* **Problem details**:
Every line holding the string "module" is to be copied from the entries below.

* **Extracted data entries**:
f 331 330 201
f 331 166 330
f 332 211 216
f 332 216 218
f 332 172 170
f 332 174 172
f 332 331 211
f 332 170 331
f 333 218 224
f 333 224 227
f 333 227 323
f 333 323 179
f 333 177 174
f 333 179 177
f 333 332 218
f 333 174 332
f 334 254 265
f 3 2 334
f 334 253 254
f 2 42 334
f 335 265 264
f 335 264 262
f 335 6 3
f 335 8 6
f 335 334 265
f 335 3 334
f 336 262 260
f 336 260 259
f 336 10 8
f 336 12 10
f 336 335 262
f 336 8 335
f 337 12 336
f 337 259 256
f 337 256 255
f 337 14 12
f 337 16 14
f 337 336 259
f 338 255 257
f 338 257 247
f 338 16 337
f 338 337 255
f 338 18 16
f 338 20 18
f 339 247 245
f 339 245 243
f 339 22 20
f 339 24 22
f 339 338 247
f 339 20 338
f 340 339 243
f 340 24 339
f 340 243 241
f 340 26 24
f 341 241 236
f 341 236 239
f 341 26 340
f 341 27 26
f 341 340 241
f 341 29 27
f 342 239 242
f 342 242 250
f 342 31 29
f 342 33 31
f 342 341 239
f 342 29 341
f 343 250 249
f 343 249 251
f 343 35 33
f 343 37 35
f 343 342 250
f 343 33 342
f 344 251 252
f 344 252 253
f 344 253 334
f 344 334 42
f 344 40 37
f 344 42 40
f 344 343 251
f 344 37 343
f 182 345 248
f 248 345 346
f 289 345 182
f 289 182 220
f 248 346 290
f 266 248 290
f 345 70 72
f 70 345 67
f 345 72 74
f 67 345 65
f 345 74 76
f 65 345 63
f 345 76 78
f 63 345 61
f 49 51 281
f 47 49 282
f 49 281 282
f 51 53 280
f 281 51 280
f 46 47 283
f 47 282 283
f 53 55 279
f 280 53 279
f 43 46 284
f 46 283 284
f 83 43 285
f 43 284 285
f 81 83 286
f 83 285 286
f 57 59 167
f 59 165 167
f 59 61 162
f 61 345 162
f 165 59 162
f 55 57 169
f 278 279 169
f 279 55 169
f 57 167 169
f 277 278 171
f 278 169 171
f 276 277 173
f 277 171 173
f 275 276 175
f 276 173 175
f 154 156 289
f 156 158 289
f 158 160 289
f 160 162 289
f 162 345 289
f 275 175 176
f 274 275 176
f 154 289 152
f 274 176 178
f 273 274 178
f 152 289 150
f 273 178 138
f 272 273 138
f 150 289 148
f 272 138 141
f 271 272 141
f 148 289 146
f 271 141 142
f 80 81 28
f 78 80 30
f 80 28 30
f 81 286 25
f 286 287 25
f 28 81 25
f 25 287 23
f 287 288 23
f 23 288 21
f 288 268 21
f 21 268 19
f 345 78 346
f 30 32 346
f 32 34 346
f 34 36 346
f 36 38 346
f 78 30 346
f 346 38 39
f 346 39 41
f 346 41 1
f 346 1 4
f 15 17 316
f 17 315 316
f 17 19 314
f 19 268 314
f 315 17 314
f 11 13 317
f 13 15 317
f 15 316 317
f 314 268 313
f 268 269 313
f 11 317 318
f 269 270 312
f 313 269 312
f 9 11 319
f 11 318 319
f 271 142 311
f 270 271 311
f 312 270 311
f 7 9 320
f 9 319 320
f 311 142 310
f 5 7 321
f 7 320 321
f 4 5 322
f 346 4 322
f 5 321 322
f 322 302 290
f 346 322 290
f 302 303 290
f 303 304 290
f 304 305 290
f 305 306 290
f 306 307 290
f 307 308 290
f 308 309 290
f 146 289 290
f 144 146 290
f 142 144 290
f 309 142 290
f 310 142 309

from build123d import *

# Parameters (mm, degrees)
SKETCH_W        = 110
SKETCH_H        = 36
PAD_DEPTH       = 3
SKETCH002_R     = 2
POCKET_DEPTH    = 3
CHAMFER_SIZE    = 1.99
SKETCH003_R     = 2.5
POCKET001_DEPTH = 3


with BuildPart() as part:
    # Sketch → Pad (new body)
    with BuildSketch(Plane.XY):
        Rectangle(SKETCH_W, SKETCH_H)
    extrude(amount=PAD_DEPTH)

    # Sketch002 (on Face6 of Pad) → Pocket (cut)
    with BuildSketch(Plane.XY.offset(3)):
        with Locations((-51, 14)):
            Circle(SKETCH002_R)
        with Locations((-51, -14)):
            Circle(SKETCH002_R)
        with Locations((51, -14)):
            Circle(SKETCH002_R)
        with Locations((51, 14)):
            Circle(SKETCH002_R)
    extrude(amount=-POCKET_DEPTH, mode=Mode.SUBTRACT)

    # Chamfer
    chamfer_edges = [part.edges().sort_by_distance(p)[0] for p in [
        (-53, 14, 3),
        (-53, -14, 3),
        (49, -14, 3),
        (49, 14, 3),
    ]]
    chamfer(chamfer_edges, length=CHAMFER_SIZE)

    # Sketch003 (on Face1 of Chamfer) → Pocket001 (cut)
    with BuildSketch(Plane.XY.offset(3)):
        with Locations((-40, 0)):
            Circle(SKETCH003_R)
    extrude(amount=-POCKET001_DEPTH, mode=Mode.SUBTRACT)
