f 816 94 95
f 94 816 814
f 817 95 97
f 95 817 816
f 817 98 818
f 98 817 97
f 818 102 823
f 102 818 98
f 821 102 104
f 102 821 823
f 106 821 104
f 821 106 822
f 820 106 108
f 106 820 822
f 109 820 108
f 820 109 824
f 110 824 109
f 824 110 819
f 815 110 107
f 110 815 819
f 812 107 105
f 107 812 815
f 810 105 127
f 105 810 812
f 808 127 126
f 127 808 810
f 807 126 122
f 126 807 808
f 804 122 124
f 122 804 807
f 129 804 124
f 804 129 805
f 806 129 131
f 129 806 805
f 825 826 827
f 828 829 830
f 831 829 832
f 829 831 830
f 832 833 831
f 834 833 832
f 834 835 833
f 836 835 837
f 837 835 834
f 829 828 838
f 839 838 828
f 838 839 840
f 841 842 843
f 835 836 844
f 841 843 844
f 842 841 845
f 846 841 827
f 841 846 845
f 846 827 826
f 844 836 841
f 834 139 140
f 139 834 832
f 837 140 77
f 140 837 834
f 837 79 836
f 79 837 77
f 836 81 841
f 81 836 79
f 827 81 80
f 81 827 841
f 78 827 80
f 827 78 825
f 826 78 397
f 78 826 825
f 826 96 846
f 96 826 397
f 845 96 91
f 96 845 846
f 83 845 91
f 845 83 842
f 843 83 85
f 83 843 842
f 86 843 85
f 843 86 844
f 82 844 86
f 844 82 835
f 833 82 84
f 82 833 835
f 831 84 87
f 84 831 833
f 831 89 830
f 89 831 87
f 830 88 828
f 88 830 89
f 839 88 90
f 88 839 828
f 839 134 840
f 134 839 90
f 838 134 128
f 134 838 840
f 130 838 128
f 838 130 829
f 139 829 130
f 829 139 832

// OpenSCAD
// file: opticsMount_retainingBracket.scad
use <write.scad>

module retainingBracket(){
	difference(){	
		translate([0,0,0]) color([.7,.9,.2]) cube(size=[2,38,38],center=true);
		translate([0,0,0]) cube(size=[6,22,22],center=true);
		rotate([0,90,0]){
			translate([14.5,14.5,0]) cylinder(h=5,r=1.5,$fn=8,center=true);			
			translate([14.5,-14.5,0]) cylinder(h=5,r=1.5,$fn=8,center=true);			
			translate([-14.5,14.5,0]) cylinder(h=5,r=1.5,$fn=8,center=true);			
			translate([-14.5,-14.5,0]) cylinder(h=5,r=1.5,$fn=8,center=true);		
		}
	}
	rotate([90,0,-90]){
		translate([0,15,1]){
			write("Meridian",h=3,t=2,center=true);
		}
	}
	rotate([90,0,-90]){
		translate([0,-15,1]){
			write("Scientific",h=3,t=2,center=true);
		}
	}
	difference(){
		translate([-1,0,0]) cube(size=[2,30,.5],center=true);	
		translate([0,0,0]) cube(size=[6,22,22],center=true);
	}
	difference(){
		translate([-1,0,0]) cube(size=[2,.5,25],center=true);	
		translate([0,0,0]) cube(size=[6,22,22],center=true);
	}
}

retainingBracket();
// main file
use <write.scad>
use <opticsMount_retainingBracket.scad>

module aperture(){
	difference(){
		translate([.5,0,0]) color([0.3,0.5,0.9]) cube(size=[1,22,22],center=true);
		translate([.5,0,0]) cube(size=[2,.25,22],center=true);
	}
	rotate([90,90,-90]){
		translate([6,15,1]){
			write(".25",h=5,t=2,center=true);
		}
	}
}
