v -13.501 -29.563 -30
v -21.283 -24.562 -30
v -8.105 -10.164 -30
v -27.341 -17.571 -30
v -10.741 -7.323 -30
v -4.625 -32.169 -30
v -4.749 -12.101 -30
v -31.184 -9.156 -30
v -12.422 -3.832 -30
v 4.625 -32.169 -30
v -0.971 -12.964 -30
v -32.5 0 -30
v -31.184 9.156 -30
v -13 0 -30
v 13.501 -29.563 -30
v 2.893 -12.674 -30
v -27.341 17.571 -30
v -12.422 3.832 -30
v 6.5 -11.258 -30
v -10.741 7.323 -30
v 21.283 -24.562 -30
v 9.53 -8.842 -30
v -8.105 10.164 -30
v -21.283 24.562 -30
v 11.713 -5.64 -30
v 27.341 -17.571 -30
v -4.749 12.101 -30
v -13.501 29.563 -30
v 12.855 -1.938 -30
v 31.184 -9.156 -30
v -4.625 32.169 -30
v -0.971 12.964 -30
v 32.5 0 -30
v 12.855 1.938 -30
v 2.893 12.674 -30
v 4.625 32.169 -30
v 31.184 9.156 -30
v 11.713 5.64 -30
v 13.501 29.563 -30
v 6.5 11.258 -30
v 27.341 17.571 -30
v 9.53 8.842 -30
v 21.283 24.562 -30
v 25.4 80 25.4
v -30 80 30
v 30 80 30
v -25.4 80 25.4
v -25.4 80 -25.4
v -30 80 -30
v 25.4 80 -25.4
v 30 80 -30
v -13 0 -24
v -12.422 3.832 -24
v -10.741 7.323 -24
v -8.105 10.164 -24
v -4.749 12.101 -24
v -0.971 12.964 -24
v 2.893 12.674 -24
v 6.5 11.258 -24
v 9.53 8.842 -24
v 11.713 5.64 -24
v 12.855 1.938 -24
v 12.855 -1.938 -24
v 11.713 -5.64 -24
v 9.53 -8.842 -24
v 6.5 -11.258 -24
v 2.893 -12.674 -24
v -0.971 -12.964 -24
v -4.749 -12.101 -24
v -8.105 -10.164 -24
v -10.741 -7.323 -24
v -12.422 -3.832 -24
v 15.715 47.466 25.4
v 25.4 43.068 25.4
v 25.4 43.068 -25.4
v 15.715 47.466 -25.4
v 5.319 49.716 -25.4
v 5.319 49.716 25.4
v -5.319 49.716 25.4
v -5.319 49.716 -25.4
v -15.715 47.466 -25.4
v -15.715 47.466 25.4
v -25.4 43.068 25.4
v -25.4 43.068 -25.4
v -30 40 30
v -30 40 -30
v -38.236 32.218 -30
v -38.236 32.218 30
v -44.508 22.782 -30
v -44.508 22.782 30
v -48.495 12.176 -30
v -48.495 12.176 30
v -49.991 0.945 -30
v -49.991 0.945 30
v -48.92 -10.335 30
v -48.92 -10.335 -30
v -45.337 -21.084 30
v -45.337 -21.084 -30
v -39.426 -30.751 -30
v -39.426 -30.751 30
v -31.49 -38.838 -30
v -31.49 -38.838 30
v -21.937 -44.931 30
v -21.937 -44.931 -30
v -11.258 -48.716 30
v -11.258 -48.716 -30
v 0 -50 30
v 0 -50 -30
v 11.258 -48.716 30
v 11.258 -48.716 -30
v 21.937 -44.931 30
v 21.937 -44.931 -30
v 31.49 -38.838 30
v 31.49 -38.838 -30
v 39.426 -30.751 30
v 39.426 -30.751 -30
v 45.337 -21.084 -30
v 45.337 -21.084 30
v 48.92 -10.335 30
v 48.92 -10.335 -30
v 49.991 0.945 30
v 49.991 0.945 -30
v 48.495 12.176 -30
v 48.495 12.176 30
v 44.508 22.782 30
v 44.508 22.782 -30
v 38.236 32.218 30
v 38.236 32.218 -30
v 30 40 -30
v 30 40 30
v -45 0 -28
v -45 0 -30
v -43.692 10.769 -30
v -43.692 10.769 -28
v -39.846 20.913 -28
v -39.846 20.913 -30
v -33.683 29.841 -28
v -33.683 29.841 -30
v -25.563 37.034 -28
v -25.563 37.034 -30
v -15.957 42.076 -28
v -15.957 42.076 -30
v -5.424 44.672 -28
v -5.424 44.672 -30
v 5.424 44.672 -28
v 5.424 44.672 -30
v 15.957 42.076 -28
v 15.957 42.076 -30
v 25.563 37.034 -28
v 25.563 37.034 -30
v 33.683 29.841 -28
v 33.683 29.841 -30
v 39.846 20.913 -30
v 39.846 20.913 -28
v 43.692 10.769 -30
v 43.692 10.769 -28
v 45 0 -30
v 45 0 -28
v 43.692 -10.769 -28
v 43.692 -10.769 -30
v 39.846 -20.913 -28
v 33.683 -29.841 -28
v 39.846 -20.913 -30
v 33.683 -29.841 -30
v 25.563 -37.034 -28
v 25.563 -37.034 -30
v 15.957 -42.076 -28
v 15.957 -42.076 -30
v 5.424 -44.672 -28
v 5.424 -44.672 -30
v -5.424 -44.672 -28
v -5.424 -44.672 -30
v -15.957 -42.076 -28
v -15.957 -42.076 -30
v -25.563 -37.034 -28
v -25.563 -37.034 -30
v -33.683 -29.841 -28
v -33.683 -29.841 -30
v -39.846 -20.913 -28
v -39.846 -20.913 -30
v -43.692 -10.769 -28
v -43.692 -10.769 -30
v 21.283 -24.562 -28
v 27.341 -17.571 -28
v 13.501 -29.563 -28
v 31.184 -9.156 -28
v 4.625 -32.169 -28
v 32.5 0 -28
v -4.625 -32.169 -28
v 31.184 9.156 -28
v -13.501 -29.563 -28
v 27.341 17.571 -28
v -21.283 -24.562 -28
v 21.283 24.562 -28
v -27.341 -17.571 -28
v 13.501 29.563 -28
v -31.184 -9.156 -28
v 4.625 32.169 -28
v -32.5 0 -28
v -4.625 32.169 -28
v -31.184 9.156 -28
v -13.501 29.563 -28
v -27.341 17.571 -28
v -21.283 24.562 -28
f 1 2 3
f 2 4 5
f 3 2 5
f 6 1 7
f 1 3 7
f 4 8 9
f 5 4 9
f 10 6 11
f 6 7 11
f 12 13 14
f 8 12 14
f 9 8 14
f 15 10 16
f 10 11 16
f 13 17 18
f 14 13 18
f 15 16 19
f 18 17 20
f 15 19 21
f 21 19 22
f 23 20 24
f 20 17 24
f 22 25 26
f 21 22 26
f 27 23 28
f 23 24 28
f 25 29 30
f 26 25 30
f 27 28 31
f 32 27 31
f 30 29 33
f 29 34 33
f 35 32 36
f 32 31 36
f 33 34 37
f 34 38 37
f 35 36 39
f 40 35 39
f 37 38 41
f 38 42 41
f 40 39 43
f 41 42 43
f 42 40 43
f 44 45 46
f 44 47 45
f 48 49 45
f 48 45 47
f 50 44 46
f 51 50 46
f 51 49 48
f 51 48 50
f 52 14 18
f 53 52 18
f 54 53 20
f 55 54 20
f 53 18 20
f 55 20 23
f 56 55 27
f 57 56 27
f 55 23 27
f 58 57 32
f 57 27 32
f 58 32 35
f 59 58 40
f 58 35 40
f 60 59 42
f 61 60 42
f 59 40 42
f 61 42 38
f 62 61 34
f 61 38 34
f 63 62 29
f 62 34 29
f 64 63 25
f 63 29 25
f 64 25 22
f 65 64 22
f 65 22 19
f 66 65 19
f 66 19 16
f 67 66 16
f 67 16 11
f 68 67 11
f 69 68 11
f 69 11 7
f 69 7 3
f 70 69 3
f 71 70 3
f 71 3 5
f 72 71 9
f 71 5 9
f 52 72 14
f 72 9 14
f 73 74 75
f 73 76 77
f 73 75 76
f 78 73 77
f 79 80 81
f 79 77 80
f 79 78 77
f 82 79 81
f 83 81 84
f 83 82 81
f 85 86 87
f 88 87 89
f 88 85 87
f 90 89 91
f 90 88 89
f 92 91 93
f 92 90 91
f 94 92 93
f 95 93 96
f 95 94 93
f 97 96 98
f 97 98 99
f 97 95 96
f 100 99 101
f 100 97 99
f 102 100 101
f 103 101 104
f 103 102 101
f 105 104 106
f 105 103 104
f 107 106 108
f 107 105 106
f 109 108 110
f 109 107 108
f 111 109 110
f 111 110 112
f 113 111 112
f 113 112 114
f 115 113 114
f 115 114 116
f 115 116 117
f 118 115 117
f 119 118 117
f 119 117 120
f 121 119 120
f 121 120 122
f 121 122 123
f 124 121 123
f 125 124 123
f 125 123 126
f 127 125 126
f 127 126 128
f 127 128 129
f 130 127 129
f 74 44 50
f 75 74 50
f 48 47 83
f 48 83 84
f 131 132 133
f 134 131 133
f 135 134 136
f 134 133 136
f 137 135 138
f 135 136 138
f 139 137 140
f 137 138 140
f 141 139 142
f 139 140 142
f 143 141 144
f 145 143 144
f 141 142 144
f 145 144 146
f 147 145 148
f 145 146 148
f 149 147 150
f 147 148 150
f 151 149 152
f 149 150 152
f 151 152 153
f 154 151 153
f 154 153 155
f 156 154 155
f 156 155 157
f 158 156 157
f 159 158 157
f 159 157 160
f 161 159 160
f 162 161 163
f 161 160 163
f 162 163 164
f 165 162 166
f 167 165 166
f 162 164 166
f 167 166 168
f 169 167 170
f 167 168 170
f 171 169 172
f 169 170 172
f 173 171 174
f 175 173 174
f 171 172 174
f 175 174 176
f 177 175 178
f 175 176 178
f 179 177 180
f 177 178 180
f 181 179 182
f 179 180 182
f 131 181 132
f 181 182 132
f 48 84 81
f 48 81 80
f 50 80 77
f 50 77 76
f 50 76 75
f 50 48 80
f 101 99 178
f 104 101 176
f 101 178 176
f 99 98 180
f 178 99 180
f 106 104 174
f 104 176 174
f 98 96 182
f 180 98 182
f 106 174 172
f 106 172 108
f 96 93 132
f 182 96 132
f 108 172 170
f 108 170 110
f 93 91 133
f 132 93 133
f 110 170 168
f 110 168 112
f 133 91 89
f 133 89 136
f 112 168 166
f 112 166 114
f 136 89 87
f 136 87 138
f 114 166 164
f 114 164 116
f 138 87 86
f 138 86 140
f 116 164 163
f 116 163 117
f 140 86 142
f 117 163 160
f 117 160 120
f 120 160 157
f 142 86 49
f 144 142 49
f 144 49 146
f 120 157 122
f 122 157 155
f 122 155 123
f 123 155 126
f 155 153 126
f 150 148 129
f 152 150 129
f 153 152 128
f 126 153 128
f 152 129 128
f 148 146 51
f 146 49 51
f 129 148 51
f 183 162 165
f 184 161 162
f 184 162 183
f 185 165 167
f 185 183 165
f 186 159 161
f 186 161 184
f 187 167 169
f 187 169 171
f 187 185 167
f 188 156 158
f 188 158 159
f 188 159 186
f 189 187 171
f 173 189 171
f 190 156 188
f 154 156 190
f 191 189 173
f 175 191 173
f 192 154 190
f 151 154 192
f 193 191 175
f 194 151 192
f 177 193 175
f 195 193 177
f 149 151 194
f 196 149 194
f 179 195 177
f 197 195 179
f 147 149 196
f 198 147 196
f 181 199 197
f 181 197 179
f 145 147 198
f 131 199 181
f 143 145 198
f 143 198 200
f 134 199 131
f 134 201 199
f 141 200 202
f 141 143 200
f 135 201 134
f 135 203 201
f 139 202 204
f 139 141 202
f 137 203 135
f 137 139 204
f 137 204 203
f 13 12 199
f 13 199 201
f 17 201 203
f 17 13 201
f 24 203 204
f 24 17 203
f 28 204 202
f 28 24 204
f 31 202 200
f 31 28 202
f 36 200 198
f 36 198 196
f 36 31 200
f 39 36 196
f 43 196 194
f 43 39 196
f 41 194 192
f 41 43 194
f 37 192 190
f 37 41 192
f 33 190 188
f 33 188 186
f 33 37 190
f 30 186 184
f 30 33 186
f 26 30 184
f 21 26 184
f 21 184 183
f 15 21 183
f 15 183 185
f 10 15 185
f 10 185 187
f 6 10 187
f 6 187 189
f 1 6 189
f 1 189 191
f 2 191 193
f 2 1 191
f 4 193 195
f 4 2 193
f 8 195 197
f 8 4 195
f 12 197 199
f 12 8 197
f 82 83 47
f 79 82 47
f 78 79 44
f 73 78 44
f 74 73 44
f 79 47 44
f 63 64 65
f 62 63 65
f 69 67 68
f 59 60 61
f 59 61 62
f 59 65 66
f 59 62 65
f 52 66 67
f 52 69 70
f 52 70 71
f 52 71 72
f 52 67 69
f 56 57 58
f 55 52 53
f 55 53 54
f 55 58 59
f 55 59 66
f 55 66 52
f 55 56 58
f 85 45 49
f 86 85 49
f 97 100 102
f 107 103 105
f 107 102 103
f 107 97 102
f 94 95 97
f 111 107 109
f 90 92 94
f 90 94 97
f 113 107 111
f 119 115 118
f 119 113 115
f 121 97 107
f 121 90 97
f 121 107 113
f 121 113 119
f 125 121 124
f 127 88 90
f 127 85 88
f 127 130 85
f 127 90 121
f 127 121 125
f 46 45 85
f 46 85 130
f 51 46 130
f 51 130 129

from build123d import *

# Parameters (mm, degrees)
CROQUIS1_R                   = 50
SALIENTE_EXTRUIR1_DEPTH      = 30
CROQUIS2_R                   = 45
CROQUIS2_R_2                 = 32.5
CORTAR_EXTRUIR1_DEPTH        = 2
CROQUIS3_R                   = 13
CORTAR_EXTRUIR2_DEPTH        = 6
SALIENTE_EXTRUIR2_REACH      = 144.478
SALIENTE_EXTRUIR2_END_RADIUS = 50
CROQUIS5_W                   = 60
CROQUIS5_H                   = 60
CROQUIS5_W_2                 = 50.8
CROQUIS5_H_2                 = 50.8


with BuildPart() as part:
    # Croquis1 → Saliente-Extruir1 (new, symmetric)
    with BuildSketch(Plane.XY):
        Circle(CROQUIS1_R)
    extrude(amount=SALIENTE_EXTRUIR1_DEPTH, both=True)

    # Croquis2 → Cortar-Extruir1 (cut)
    with BuildSketch(Plane(origin=(0, 0, -30), x_dir=(-1, 0, 0), z_dir=(0, 0, -1))):
        Circle(CROQUIS2_R)
        Circle(CROQUIS2_R_2, mode=Mode.SUBTRACT)
    extrude(amount=-CORTAR_EXTRUIR1_DEPTH, mode=Mode.SUBTRACT)

    # Croquis3 → Cortar-Extruir2 (cut)
    with BuildSketch(Plane(origin=(0, 0, -30), x_dir=(-1, 0, 0), z_dir=(0, 0, -1))):
        Circle(CROQUIS3_R)
    extrude(amount=-CORTAR_EXTRUIR2_DEPTH, mode=Mode.SUBTRACT)

    # Saliente-Extruir2: up to this cylinder (the profile starts outside it)
    saliente_extruir2_end = Plane(origin=(0, 0, 29.151472), z_dir=(0, 0, -1)) * Cylinder(SALIENTE_EXTRUIR2_END_RADIUS, 389.956, mode=Mode.PRIVATE)
    # Croquis5 → Saliente-Extruir2 (add, up to the surface)
    with BuildSketch(Plane(origin=(0, 80, 0), x_dir=(1, 0, 0), z_dir=(0, 1, 0)), mode=Mode.PRIVATE) as saliente_extruir2_sk1:
        Rectangle(CROQUIS5_W, CROQUIS5_H)
        Rectangle(CROQUIS5_W_2, CROQUIS5_H_2, mode=Mode.SUBTRACT)
    saliente_extruir2_tool1 = extrude(saliente_extruir2_sk1.sketch, amount=-SALIENTE_EXTRUIR2_REACH, mode=Mode.PRIVATE) - saliente_extruir2_end
    add(saliente_extruir2_tool1.solids().sort_by_distance((0, 80, 29.151472))[0])


solid = part.part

* **Result of the task**:
module retainingBracket(){
module aperture(){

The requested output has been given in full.